**Problem to solve**
When the line containing "#91=ORIENTED_EDGE('',*,*,#32,.T.);" appears in the data below, begin copying there and stop only after the line containing "#103=ORIENTED_EDGE('',*,*,#89,.T.);".

**Supplied records**
==========
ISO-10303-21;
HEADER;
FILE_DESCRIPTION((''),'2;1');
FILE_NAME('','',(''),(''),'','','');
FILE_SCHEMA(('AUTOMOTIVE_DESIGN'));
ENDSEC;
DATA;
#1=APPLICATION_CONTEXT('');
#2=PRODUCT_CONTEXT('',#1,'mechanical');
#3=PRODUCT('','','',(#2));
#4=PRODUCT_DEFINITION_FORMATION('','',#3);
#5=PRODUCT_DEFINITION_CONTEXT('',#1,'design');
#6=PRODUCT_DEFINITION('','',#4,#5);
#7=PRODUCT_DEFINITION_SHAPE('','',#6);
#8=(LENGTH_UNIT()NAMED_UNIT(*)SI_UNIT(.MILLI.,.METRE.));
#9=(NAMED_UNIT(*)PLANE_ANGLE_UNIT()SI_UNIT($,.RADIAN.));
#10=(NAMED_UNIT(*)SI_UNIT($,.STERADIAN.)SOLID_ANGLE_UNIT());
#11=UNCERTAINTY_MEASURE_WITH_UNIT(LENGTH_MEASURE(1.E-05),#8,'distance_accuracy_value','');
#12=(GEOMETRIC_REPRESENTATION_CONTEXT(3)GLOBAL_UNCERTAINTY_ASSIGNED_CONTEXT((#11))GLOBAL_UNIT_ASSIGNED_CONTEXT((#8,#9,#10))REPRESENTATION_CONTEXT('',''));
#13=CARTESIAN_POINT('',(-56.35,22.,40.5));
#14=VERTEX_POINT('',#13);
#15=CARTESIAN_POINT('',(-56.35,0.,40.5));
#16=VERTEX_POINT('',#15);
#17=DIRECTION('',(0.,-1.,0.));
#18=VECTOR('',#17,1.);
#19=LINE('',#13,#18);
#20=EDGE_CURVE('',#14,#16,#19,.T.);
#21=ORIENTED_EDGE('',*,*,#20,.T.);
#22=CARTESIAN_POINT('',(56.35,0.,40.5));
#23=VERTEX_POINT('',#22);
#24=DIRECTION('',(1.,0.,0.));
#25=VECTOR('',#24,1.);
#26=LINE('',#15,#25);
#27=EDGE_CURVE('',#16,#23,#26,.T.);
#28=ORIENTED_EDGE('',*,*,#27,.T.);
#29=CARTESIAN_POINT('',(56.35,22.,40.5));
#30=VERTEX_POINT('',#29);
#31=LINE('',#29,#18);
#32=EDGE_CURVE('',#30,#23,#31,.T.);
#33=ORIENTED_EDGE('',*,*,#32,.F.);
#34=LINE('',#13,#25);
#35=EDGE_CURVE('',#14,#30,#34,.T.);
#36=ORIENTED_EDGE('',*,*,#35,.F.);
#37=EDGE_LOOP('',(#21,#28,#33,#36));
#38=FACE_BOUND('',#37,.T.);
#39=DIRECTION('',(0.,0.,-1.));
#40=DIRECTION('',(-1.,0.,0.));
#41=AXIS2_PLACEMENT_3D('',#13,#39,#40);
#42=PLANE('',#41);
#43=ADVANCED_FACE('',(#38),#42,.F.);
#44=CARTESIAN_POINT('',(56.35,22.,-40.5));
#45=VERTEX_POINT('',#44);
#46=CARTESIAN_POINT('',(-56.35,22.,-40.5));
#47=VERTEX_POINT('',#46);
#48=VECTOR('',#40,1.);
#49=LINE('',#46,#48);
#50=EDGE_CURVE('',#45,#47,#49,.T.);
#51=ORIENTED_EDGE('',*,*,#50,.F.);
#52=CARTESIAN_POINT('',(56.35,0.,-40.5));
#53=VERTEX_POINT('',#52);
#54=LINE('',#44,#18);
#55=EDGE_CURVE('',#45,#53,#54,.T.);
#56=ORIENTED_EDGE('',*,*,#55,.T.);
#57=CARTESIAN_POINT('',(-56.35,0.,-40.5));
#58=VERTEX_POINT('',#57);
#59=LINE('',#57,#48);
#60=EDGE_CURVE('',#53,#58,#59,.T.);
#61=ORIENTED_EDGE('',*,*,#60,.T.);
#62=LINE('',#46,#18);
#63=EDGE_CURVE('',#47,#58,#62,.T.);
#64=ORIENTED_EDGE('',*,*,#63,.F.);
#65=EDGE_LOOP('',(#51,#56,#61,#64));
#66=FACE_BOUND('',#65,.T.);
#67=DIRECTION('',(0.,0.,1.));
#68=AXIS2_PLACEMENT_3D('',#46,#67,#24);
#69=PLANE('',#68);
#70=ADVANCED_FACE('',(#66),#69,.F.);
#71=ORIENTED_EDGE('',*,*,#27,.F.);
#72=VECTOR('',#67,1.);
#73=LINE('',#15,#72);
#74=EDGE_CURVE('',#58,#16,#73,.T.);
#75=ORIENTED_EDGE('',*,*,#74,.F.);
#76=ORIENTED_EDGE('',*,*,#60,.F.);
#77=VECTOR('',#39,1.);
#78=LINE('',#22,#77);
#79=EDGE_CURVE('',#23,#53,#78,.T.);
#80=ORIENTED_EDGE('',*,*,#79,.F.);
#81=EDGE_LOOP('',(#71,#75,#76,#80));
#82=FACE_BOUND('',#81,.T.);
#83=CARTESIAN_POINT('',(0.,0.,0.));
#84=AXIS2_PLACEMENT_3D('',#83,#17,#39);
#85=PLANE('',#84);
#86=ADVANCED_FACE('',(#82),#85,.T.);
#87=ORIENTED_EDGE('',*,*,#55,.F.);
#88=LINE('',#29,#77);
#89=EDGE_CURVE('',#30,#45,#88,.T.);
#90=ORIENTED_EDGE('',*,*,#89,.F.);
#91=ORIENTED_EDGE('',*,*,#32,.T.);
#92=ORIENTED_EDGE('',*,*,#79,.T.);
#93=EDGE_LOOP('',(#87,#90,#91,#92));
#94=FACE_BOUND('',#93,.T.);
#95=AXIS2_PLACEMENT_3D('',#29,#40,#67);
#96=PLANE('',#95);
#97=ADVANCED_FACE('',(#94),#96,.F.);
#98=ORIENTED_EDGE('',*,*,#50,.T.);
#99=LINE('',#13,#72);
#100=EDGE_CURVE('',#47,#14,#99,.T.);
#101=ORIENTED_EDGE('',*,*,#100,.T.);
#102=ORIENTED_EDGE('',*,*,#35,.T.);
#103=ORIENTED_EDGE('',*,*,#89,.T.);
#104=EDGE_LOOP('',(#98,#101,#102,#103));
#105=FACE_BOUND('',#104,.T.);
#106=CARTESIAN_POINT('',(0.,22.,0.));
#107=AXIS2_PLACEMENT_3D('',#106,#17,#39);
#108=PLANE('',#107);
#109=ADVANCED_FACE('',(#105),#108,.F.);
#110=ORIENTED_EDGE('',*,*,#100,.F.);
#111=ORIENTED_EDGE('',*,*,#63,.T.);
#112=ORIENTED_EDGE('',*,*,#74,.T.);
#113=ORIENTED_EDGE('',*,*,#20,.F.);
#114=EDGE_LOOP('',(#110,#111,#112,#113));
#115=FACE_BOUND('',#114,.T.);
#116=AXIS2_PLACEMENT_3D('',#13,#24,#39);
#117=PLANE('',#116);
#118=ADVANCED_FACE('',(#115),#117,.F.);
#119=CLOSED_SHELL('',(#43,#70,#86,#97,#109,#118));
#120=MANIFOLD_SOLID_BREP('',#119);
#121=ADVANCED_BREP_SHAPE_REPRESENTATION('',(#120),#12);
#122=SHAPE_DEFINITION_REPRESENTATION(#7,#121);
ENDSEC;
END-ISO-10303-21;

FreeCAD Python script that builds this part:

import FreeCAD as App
import Part
import Sketcher

V = App.Vector
Q = App.Units.Quantity

doc = App.newDocument("Part")
body = doc.addObject("PartDesign::Body", "Body")

# Sketch on XZ plane
sketch1 = doc.addObject("Sketcher::SketchObject", "Sketch")
body.addObject(sketch1)
sketch1.AttachmentSupport = (doc.XZ_Plane, [""])
sketch1.MapMode = "FlatFace"
sketch1.addGeometry([
    Part.LineSegment(V(-56.35, -40.5, 0), V(-56.35, 40.5, 0)),
    Part.LineSegment(V(-56.35, 40.5, 0), V(56.35, 40.5, 0)),
    Part.LineSegment(V(56.35, 40.5, 0), V(56.35, -40.5, 0)),
    Part.LineSegment(V(56.35, -40.5, 0), V(-56.35, -40.5, 0)),
], False)
sketch1.addConstraint([
    Sketcher.Constraint("Coincident", 0, 2, 1, 1),
    Sketcher.Constraint("Coincident", 1, 2, 2, 1),
    Sketcher.Constraint("Coincident", 2, 2, 3, 1),
    Sketcher.Constraint("Coincident", 3, 2, 0, 1),
    Sketcher.Constraint("Vertical", 0),
    Sketcher.Constraint("Horizontal", 1),
    Sketcher.Constraint("Vertical", 2),
    Sketcher.Constraint("Horizontal", 3),
    Sketcher.Constraint("Symmetric", 0, 2, 2, 2, -1, 1),
    Sketcher.Constraint("DistanceY", 0, 1, 0, 2, Q("81 mm")),
    Sketcher.Constraint("DistanceX", 1, 1, 1, 2, Q("112.7 mm")),
])
pad1 = doc.addObject("PartDesign::Pad", "Pad")
body.addObject(pad1)
pad1.Profile = sketch1
pad1.Length = 22
pad1.Reversed = True

doc.recompute()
==========
**Solution**
#91=ORIENTED_EDGE('',*,*,#32,.T.);
#92=ORIENTED_EDGE('',*,*,#79,.T.);
#93=EDGE_LOOP('',(#87,#90,#91,#92));
#94=FACE_BOUND('',#93,.T.);
#95=AXIS2_PLACEMENT_3D('',#29,#40,#67);
#96=PLANE('',#95);
#97=ADVANCED_FACE('',(#94),#96,.F.);
#98=ORIENTED_EDGE('',*,*,#50,.T.);
#99=LINE('',#13,#72);
#100=EDGE_CURVE('',#47,#14,#99,.T.);
#101=ORIENTED_EDGE('',*,*,#100,.T.);
#102=ORIENTED_EDGE('',*,*,#35,.T.);
#103=ORIENTED_EDGE('',*,*,#89,.T.);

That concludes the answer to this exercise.